Julia Kohn

This is Julia Kohn, nee Friedmann, my Dad's sister. The photo was probably taken in the 1930s but I don?t know where. Dad had one full sister, Aunt Julia, the mother of the Korosi boys. I think that Dad's sister married a man from Miskolc and moved there from Recsk. She was already a widow when she moved to Eger. She was a servant, she kept house for someone. There was a cheap kitchen in Eger, it was called dime kitchen, which was maintained by the Jewish community and she worked there. But for the most part we supported the poor woman, as much as we could. Aunt Julia died in 1940. Aunt Juli was a poor woman and her sons paid for their tuition themselves.
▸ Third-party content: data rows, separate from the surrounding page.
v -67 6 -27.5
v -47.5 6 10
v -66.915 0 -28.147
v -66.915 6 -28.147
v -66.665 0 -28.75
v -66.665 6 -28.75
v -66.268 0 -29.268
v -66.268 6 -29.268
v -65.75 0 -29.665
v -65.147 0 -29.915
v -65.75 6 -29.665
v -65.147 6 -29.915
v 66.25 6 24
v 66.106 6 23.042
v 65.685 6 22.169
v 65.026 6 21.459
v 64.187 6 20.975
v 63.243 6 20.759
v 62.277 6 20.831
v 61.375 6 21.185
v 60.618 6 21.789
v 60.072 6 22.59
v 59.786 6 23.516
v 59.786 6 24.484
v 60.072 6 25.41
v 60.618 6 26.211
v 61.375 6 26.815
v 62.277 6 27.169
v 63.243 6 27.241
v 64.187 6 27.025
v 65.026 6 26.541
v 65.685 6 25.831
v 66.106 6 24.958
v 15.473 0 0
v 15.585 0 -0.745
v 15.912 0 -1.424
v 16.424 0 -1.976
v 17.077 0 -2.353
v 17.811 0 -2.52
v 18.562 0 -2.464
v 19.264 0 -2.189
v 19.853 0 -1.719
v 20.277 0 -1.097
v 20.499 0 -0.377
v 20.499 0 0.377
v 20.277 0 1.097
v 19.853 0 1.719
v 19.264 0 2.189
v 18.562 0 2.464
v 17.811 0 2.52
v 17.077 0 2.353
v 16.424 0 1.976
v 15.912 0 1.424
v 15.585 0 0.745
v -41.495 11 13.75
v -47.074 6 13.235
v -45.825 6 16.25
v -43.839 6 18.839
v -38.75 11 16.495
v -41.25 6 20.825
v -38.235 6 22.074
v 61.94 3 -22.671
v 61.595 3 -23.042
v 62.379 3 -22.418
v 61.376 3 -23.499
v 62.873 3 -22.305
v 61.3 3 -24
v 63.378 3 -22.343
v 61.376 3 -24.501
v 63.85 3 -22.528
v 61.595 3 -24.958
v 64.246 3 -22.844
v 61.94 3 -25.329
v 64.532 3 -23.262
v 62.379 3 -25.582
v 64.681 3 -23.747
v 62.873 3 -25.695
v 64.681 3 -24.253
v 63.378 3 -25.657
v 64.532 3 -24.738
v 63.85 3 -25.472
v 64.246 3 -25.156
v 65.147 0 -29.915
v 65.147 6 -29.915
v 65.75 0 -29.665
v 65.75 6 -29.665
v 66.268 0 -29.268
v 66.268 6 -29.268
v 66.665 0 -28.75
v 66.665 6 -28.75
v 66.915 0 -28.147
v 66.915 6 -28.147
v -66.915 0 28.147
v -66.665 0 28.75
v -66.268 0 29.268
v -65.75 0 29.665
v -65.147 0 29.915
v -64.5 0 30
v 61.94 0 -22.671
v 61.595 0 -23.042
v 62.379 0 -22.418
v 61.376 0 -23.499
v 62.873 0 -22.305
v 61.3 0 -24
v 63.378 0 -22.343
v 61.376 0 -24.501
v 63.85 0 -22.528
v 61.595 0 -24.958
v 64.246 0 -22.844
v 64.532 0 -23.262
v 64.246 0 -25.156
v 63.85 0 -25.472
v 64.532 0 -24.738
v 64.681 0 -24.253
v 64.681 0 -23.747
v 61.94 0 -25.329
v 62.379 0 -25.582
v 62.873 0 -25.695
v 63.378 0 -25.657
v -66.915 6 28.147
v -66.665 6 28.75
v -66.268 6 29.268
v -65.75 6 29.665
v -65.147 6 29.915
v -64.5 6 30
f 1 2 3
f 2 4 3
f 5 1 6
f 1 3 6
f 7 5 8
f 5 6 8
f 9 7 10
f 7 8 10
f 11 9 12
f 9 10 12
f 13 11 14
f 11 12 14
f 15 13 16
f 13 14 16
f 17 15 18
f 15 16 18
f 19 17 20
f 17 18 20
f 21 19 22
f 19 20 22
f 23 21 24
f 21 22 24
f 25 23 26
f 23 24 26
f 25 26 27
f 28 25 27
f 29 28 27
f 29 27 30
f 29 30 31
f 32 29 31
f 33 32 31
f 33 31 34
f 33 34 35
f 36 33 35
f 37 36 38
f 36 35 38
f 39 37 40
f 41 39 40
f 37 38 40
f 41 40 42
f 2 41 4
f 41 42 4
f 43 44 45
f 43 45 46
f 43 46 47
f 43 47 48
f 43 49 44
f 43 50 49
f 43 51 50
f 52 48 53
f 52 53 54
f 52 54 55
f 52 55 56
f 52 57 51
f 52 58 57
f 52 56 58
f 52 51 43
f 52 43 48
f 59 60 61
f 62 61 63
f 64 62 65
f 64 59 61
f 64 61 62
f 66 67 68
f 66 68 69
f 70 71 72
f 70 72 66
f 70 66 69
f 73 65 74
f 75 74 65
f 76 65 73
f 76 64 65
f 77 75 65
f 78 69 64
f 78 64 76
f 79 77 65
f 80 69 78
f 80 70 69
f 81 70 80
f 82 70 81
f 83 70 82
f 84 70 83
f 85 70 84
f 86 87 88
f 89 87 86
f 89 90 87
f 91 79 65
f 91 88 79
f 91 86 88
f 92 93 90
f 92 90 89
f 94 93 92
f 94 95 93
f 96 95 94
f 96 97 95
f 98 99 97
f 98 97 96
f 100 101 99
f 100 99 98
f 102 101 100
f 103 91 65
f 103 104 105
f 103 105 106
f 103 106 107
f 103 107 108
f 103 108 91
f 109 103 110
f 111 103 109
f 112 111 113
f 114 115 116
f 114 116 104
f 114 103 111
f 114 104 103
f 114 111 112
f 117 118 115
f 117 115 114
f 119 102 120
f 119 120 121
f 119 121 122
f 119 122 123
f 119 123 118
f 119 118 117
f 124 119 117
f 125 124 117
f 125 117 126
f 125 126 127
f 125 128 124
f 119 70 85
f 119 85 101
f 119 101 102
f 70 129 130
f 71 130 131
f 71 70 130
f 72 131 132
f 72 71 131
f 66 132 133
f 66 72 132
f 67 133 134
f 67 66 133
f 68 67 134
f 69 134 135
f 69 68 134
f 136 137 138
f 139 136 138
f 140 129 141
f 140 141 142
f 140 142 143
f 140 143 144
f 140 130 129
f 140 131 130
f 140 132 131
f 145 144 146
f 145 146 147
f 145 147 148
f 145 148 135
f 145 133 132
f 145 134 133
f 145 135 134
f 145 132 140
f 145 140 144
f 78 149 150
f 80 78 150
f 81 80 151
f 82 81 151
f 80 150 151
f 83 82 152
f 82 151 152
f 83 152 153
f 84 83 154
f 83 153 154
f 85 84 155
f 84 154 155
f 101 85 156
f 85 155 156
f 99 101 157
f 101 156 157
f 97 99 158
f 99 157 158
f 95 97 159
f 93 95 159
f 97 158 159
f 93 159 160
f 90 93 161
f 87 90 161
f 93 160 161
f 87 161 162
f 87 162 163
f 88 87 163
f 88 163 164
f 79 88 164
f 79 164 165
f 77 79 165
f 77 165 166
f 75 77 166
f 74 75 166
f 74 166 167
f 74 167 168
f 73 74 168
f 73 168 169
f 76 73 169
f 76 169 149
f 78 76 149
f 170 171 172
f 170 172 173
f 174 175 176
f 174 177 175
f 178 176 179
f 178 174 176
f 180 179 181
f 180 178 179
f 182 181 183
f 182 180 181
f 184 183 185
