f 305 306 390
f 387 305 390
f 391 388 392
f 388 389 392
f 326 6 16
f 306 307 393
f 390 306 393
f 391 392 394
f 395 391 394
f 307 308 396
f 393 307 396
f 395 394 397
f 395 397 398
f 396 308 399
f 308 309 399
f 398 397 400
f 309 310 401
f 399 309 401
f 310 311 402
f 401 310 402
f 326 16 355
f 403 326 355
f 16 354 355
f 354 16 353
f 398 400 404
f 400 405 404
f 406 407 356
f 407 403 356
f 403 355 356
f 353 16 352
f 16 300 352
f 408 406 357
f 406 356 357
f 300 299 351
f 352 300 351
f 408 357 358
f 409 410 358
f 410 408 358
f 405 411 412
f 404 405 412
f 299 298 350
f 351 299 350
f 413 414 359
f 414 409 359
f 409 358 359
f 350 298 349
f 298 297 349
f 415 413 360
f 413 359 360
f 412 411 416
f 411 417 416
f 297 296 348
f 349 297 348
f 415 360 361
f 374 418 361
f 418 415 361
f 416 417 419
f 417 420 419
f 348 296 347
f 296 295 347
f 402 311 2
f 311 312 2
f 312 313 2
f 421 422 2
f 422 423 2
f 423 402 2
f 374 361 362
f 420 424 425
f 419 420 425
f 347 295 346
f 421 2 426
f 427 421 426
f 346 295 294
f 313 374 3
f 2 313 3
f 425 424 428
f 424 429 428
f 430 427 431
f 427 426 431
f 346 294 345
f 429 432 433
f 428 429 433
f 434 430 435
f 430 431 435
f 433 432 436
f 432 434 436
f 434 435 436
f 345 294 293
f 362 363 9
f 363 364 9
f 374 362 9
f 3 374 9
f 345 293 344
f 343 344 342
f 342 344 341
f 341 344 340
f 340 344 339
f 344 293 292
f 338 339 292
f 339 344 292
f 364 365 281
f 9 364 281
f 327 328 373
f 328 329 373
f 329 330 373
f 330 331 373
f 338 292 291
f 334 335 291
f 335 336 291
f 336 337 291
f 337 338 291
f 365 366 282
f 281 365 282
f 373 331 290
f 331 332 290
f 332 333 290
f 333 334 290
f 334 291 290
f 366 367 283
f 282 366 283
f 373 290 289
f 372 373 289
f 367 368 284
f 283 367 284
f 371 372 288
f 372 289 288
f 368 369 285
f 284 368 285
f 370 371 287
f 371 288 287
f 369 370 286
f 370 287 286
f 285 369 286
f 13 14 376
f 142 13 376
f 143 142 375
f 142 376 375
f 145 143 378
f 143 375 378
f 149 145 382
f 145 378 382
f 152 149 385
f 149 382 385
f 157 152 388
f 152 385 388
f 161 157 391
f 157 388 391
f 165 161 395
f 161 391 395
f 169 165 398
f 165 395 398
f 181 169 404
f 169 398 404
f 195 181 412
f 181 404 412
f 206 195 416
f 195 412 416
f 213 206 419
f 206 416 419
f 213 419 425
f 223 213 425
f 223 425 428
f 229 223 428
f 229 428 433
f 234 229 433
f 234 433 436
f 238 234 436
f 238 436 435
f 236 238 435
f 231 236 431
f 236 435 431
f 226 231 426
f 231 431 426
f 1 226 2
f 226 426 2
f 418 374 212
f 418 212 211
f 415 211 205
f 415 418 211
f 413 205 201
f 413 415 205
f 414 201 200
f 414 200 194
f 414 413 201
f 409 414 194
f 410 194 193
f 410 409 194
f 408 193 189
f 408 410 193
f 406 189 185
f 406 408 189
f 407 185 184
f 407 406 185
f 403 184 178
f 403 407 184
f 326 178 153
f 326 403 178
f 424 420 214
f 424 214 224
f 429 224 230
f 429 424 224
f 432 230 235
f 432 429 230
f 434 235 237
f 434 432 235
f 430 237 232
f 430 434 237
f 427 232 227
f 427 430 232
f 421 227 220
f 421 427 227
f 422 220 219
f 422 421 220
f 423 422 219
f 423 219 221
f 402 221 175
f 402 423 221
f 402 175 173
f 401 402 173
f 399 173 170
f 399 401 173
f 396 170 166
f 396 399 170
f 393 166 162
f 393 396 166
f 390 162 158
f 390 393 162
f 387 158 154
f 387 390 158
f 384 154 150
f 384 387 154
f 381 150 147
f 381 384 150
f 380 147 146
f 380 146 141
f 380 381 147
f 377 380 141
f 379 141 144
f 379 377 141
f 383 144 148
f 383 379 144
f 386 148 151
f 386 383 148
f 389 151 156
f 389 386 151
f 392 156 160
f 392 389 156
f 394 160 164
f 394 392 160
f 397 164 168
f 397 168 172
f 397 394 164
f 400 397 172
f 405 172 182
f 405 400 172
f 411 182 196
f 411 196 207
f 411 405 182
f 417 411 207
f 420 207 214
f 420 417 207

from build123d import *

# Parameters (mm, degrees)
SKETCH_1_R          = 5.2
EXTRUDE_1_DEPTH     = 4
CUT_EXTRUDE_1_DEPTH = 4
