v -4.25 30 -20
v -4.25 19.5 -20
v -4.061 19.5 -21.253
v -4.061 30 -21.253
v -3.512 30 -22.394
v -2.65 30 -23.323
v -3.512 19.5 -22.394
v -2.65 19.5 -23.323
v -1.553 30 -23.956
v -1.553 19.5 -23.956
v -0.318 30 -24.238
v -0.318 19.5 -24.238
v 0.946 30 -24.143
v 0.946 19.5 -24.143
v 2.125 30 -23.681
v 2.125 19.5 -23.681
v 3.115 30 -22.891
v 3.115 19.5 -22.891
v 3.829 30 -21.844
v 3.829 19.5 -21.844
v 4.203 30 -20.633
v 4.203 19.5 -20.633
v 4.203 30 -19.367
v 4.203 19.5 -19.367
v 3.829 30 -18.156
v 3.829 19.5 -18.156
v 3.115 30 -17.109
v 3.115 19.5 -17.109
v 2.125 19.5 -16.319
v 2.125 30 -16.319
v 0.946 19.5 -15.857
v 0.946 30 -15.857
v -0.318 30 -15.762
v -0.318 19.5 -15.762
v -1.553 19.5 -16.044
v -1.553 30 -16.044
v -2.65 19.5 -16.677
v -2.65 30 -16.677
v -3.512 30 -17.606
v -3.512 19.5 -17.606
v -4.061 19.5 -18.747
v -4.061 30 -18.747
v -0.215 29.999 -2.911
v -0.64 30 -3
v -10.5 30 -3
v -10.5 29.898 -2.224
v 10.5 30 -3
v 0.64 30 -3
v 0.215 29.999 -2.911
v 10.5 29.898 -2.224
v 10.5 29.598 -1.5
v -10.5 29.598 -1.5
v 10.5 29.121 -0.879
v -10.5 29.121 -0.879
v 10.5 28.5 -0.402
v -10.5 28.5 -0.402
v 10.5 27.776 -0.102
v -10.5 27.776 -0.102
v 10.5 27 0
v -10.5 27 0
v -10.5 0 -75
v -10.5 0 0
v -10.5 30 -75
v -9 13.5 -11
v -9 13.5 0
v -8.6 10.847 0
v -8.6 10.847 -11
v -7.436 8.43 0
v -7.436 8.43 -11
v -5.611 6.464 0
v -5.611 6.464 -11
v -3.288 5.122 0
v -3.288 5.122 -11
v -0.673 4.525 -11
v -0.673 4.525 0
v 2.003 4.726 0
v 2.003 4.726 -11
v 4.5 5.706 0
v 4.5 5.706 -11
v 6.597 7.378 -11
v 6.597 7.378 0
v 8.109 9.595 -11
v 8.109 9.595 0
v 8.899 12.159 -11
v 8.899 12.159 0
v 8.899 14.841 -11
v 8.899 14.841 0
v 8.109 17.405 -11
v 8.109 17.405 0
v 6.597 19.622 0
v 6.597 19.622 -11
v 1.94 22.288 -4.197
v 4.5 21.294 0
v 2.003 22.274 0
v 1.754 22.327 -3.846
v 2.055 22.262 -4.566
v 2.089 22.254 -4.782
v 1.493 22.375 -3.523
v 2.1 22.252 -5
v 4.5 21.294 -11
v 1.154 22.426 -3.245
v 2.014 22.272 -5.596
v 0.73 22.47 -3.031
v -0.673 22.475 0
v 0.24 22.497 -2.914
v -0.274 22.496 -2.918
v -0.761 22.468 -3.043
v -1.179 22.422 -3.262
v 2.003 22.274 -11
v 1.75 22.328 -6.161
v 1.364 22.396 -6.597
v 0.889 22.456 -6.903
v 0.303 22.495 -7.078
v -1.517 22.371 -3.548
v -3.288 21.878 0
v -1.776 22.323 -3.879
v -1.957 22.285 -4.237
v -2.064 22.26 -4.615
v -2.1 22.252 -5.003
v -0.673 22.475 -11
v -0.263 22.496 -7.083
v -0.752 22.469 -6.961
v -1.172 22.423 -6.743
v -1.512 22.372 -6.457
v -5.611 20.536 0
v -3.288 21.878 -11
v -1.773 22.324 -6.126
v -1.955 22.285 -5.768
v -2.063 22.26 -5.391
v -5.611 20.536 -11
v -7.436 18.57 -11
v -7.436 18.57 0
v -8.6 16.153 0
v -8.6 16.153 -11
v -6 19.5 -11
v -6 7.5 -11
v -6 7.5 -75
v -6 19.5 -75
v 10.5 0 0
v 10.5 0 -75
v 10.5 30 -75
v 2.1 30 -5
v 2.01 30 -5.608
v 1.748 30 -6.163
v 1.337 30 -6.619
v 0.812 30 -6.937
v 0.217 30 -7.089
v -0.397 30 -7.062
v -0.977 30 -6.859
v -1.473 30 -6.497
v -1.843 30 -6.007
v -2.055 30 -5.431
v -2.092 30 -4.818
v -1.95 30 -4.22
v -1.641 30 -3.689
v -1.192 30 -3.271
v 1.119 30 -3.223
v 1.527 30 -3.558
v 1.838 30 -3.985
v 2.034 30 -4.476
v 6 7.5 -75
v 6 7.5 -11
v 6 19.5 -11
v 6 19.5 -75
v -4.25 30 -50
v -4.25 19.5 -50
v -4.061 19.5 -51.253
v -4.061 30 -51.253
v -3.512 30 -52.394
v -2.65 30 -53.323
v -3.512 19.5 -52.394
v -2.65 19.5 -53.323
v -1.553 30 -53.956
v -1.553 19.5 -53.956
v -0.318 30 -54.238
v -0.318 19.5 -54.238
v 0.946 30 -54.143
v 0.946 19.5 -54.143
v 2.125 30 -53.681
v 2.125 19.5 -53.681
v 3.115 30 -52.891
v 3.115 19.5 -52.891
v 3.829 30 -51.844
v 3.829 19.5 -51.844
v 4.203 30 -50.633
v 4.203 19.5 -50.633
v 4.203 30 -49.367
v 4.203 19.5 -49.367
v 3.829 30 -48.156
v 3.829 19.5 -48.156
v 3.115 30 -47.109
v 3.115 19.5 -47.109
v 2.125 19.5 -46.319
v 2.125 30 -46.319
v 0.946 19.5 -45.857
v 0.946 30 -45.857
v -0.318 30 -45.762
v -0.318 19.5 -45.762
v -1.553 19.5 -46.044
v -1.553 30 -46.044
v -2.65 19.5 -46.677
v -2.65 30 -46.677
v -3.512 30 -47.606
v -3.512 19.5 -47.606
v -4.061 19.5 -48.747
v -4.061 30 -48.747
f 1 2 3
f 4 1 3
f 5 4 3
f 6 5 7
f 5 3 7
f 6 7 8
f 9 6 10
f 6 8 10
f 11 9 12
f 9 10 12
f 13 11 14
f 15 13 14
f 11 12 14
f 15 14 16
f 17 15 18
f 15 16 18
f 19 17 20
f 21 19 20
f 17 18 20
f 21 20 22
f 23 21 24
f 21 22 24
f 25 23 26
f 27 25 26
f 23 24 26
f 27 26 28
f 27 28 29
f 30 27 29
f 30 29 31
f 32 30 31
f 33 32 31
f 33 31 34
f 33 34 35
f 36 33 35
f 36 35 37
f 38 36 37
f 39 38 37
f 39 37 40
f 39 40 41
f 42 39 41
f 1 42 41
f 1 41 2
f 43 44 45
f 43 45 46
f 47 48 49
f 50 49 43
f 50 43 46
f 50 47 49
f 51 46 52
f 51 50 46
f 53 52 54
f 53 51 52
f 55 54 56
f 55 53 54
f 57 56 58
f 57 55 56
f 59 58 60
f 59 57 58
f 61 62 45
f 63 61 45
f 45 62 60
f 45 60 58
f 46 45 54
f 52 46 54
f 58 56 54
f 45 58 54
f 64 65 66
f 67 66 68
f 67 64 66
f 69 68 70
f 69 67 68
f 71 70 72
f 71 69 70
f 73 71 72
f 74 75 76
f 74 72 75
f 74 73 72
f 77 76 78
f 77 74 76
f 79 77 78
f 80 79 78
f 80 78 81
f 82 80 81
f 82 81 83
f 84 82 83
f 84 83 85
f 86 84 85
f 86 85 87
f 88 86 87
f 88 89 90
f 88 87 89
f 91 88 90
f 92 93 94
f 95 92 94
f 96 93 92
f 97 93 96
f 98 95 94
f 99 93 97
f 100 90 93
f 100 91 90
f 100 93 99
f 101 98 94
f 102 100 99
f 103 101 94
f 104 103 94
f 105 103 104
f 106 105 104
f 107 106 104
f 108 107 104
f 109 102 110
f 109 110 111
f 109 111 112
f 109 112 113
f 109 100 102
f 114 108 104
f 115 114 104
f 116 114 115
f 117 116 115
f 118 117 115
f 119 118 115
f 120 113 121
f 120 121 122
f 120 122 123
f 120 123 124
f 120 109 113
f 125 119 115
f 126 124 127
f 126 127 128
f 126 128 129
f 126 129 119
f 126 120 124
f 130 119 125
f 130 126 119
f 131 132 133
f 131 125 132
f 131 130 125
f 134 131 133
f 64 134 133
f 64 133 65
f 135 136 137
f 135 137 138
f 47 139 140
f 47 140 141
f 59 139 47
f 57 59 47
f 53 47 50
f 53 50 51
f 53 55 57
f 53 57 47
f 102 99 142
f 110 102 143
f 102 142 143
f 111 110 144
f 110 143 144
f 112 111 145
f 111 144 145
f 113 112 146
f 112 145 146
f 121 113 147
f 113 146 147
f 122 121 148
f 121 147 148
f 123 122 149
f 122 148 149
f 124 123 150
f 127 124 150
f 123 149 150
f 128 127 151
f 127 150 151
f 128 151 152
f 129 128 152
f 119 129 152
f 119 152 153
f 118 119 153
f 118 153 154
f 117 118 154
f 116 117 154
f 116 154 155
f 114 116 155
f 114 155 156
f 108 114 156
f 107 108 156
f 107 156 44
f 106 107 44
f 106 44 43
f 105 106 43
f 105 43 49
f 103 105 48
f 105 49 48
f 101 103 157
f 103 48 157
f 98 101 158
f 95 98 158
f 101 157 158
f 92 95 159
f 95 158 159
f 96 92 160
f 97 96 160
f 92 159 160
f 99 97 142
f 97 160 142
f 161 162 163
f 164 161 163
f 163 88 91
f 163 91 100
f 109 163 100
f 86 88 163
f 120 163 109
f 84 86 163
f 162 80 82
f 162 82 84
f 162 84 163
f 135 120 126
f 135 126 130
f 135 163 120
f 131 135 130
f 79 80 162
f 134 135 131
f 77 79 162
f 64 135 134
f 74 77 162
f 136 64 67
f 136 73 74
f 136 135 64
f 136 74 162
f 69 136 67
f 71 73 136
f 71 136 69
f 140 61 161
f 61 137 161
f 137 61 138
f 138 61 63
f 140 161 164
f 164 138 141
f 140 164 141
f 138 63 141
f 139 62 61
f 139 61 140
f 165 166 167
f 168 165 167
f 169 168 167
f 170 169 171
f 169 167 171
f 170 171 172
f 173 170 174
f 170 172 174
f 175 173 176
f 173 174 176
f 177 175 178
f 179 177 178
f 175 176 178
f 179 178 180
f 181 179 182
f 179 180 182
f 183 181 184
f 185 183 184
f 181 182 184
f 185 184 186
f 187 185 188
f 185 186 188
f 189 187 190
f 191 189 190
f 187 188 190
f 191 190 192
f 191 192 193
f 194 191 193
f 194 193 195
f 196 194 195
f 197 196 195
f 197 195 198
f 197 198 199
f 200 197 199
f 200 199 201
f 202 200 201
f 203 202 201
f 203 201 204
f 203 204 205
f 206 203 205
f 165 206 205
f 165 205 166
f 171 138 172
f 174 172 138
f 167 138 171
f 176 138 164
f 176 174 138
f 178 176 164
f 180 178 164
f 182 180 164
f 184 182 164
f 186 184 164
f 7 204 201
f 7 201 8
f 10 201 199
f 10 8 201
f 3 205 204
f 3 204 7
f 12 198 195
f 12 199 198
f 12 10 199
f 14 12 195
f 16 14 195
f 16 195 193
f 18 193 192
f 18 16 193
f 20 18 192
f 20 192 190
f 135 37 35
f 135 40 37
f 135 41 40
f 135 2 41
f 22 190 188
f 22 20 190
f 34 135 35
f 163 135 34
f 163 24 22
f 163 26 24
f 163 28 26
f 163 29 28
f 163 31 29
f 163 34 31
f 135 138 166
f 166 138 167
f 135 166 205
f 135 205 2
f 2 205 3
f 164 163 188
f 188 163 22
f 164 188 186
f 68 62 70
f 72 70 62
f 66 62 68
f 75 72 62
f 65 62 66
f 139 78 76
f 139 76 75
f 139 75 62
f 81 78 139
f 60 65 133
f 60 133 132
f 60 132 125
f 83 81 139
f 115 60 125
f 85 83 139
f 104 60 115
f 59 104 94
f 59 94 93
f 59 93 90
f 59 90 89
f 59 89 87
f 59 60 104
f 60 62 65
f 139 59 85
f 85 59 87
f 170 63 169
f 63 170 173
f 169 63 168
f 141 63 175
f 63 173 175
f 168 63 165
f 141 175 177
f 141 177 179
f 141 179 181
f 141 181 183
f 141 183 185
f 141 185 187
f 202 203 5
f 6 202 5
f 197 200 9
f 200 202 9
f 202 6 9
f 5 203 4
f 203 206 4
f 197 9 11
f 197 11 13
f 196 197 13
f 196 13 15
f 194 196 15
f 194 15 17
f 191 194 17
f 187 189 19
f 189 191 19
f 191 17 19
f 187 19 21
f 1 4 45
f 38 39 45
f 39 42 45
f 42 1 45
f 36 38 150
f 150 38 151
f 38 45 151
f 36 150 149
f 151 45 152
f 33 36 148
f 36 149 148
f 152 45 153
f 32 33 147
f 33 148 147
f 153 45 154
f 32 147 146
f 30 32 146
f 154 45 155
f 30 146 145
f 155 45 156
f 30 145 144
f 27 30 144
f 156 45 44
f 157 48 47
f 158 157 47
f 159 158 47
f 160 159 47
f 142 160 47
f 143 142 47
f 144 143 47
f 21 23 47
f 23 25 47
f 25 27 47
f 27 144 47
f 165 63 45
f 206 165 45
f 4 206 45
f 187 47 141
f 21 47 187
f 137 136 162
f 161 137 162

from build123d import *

# Parameters (mm, degrees)
SKETCH_1_W               = 21
SKETCH_1_H               = 30
EXTRUDE_1_DEPTH          = 75
CUT_EXTRUDE_1_DEPTH      = 82.457043894
CUT_EXTRUDE_1_DEPTH_BACK = 11
SKETCH_2_R               = 9
SKETCH_3_W               = 12
SKETCH_3_H               = 12
CUT_EXTRUDE_2_DEPTH      = 72.45802964
FILLET_1_R               = 3
HOLE_WIZARD_M5_1_REACH   = 83.457
HOLE_WIZARD_M5_1_BORE_R  = 2.1
HOLE_WIZARD_M10_1_D      = 8.5
HOLE_WIZARD_M10_1_DEPTH  = 10.5


with BuildPart() as part:
    # 草图1 → 凸台-拉伸1 (new body)
    with BuildSketch(Plane.XY):
        with Locations((0, 15)):
            Rectangle(SKETCH_1_W, SKETCH_1_H)
    extrude(amount=-EXTRUDE_1_DEPTH)

    # 草图2 → 切除-拉伸1 (cut, two sides: drawn at the far end of the back side and taken through both)
    with BuildSketch(Plane.XY.offset(-CUT_EXTRUDE_1_DEPTH_BACK)):
        with Locations(Location((0, 13.5, 0), (0, 0, 180))):
            Circle(SKETCH_2_R)
    extrude(amount=CUT_EXTRUDE_1_DEPTH + CUT_EXTRUDE_1_DEPTH_BACK, mode=Mode.SUBTRACT)

    # 草图3 → 切除-拉伸2 (cut, through all)
    with BuildSketch(Plane.XY.offset(-11)):
        with Locations((0, 13.5)):
            Rectangle(SKETCH_3_W, SKETCH_3_H)
    extrude(amount=-CUT_EXTRUDE_2_DEPTH, mode=Mode.SUBTRACT)

    # 圆角1
    fillet_1_edges = [part.edges().sort_by_distance(p)[0] for p in [
        (0, 30, 0),
    ]]
    fillet(fillet_1_edges, radius=FILLET_1_R)

    # M5 螺纹孔1 bore → M5 螺纹孔1 (cut, up to next)
    with BuildSketch(Plane(origin=(0, 30, 0), x_dir=(1, 0, 0), z_dir=(0, 1, 0)), mode=Mode.PRIVATE) as hole_wizard_m5_1_sk1:
        with Locations((0, 5)):
            Circle(HOLE_WIZARD_M5_1_BORE_R)
    hole_wizard_m5_1_tool1 = extrude(hole_wizard_m5_1_sk1.sketch, amount=-HOLE_WIZARD_M5_1_REACH, mode=Mode.PRIVATE) & part.part
    add(hole_wizard_m5_1_tool1.solids().sort_by_distance((0, 30, -5))[0], mode=Mode.SUBTRACT)

    # M10 螺纹孔1
    with Locations(Plane(origin=(0, 30, 0), x_dir=(1, 0, 0), z_dir=(0, 1, 0))):
        with Locations((0, 20), (0, 50)):
            Hole(HOLE_WIZARD_M10_1_D / 2, depth=HOLE_WIZARD_M10_1_DEPTH)


solid = part.part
All three of them became educated men. Bela became a lawyer. He courted my sister Piri; it was customary at the time for someone to marry his cousin. Bela went to South America and settled in Buenos Aires. He had participated in the Hungarian Soviet Republic and he had to flee later. He had married there and had a son there, but I don't know anything about him. The second Korosi boy, Jozsi, became an engineer. His wife, Klari, was a Jew from a very religious family in Upper Hungary. They ended up in the Soviet Union for some reason. He was arrested there and taken to Siberia, I think, and he perished there. His wife and son repatriated in 1956. The third son, Sanyi, was an ear, nose and throat specialist. He graduated from university in Vienna because there was the numerus clausus in Hungary at the time. Sanyi first went to Shanghai, China, where he found refuge during the war. He married a Russian woman there. Later they moved to Cleveland, USA. He stayed there and he came to visit after the war. He had a son and a daughter. We were in contact with Sanyi. He was a splendid person, a good fellow; all three Korosi boys were very clever people. Poor Aunt Juli couldn't enjoy much of her sons, it grieved her that she couldn't be with them.